Your goal: Set down, exactly, every line from the top of the listing through the one holding "v -4.619 3.8 78.413".

The input:
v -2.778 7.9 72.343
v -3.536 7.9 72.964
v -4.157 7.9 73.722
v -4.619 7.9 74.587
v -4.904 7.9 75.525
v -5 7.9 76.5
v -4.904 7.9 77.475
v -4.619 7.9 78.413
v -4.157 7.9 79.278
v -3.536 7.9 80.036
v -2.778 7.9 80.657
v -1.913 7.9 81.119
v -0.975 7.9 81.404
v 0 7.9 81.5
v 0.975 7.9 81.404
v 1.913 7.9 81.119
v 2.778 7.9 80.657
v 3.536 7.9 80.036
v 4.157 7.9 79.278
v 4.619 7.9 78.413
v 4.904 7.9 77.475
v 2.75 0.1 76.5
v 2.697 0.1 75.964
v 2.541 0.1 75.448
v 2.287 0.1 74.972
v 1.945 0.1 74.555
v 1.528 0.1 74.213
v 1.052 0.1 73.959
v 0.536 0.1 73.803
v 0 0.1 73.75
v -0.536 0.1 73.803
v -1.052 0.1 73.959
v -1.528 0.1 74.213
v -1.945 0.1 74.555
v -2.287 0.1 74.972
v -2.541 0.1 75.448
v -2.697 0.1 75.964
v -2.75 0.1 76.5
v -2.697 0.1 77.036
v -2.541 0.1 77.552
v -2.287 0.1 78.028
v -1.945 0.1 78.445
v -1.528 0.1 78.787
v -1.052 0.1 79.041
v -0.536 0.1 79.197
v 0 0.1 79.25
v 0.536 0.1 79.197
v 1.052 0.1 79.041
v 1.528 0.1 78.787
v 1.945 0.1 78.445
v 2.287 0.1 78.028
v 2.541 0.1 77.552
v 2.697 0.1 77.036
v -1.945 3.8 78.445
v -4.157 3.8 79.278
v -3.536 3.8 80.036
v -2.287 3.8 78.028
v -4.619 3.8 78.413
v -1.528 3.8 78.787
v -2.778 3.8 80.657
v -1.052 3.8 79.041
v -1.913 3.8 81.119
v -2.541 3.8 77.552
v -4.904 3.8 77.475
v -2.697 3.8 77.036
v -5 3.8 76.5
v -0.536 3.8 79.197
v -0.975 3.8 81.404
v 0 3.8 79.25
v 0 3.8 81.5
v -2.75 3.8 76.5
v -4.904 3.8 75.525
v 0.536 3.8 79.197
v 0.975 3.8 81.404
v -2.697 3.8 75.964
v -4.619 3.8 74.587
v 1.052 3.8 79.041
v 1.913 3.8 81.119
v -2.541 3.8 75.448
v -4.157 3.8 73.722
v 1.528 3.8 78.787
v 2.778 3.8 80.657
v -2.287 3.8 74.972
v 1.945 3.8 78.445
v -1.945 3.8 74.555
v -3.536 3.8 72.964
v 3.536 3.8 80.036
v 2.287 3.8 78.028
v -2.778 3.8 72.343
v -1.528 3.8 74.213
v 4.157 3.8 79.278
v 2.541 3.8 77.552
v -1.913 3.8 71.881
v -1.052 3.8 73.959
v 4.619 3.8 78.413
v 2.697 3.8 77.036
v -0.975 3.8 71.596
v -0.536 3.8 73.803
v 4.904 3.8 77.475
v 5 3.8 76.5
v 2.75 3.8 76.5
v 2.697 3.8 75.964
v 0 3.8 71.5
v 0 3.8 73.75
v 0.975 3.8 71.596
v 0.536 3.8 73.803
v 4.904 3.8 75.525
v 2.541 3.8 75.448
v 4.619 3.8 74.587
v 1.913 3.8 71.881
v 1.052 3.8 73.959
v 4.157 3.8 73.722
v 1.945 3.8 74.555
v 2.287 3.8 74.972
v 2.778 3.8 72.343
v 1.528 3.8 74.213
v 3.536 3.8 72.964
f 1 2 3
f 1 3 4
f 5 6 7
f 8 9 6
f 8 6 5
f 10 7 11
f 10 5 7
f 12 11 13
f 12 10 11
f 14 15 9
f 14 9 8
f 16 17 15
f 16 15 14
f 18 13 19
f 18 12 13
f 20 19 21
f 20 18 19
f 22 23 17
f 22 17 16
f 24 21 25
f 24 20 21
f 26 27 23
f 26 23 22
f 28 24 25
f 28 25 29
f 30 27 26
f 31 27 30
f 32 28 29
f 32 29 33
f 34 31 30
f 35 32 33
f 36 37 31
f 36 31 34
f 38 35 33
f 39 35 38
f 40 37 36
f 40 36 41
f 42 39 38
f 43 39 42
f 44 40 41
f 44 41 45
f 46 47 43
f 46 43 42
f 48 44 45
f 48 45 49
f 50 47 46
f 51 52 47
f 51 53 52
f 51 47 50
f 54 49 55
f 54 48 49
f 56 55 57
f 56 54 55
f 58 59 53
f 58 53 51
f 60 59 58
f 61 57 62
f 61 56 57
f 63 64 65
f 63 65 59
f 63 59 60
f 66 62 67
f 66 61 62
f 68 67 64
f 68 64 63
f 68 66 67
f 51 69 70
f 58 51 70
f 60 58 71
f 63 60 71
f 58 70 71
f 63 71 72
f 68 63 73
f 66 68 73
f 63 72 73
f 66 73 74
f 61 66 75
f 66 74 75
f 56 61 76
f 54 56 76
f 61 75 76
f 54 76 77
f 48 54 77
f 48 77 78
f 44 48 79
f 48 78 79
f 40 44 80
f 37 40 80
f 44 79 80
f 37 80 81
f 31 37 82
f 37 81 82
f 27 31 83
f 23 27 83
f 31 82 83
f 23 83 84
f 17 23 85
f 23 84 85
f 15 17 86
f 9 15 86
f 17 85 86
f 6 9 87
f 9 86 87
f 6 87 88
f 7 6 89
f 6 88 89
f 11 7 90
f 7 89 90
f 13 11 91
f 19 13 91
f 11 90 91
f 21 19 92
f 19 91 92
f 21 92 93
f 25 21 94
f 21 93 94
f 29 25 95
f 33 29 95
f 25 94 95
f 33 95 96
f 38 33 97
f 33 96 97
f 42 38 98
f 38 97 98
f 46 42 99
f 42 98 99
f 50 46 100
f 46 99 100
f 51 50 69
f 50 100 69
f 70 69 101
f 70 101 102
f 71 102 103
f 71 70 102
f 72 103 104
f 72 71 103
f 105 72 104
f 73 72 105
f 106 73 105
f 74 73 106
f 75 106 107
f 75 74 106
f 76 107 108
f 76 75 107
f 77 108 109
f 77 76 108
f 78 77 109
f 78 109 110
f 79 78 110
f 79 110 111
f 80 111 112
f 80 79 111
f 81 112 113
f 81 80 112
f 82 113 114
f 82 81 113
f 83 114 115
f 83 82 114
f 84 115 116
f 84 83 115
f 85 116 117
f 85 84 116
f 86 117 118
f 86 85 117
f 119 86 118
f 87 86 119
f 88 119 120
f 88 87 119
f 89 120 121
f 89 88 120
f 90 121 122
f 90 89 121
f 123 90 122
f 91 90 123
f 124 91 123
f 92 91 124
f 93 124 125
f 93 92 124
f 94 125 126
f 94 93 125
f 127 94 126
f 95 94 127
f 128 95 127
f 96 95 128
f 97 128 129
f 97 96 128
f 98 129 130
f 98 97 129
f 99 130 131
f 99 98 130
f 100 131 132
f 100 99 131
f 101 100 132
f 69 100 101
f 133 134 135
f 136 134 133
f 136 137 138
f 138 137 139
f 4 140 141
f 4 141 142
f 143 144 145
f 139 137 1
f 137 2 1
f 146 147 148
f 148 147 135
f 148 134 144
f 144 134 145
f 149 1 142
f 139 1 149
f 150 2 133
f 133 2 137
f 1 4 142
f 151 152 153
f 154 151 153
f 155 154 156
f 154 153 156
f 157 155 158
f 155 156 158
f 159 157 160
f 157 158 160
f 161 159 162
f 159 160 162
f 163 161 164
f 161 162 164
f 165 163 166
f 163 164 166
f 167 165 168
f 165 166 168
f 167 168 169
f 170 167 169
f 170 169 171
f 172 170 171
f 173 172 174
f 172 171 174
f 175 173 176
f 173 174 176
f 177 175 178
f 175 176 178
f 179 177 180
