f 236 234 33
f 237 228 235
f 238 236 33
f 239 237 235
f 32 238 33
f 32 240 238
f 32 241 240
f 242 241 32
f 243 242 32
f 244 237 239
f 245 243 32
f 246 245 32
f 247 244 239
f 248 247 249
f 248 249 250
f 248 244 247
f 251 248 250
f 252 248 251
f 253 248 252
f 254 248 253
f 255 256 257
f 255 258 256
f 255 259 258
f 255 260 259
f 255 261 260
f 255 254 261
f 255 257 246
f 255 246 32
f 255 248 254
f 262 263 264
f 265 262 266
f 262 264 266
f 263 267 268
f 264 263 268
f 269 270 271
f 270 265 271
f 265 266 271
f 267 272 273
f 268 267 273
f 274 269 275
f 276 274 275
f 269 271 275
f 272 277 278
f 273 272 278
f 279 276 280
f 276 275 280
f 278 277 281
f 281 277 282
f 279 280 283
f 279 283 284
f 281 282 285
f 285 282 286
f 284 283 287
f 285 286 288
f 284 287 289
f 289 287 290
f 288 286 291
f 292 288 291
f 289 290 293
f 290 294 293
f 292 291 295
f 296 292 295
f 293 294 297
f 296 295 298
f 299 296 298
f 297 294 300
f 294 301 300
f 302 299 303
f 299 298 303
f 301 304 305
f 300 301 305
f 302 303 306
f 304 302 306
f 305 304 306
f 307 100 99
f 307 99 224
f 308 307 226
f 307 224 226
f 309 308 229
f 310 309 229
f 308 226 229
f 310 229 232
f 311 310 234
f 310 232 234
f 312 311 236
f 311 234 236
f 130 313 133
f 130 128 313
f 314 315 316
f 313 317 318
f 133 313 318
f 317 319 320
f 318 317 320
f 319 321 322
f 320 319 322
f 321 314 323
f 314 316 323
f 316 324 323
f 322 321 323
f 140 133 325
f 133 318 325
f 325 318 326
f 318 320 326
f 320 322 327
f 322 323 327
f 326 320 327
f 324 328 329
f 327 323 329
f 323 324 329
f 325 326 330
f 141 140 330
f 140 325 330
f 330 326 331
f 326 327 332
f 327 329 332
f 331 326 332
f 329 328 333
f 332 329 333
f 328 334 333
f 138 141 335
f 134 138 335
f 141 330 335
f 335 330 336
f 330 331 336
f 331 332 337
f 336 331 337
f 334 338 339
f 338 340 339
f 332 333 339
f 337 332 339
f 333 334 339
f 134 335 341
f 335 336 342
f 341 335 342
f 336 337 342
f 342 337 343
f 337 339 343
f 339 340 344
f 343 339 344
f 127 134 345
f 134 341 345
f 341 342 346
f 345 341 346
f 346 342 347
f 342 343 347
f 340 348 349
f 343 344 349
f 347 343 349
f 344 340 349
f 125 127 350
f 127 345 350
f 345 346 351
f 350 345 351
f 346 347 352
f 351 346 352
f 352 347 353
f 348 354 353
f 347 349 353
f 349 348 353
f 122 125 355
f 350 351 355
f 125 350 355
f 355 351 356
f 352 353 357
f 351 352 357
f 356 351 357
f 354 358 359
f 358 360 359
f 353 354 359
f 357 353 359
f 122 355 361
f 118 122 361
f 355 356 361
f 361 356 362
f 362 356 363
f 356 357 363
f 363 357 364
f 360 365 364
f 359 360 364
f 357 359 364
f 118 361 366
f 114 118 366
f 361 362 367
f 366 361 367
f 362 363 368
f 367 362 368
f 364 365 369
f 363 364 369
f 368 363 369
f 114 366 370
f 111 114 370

Response to the task:
v -2.778 7.9 72.343
v -3.536 7.9 72.964
v -4.157 7.9 73.722
v -4.619 7.9 74.587
v -4.904 7.9 75.525
v -5 7.9 76.5
v -4.904 7.9 77.475
v -4.619 7.9 78.413
v -4.157 7.9 79.278
v -3.536 7.9 80.036
v -2.778 7.9 80.657
v -1.913 7.9 81.119
v -0.975 7.9 81.404
v 0 7.9 81.5
v 0.975 7.9 81.404
v 1.913 7.9 81.119
v 2.778 7.9 80.657
v 3.536 7.9 80.036
v 4.157 7.9 79.278
v 4.619 7.9 78.413
v 4.904 7.9 77.475
v 2.75 0.1 76.5
v 2.697 0.1 75.964
v 2.541 0.1 75.448
v 2.287 0.1 74.972
v 1.945 0.1 74.555
v 1.528 0.1 74.213
v 1.052 0.1 73.959
v 0.536 0.1 73.803
v 0 0.1 73.75
v -0.536 0.1 73.803
v -1.052 0.1 73.959
v -1.528 0.1 74.213
v -1.945 0.1 74.555
v -2.287 0.1 74.972
v -2.541 0.1 75.448
v -2.697 0.1 75.964
v -2.75 0.1 76.5
v -2.697 0.1 77.036
v -2.541 0.1 77.552
v -2.287 0.1 78.028
v -1.945 0.1 78.445
v -1.528 0.1 78.787
v -1.052 0.1 79.041
v -0.536 0.1 79.197
v 0 0.1 79.25
v 0.536 0.1 79.197
v 1.052 0.1 79.041
v 1.528 0.1 78.787
v 1.945 0.1 78.445
v 2.287 0.1 78.028
v 2.541 0.1 77.552
v 2.697 0.1 77.036
v -1.945 3.8 78.445
v -4.157 3.8 79.278
v -3.536 3.8 80.036
v -2.287 3.8 78.028
v -4.619 3.8 78.413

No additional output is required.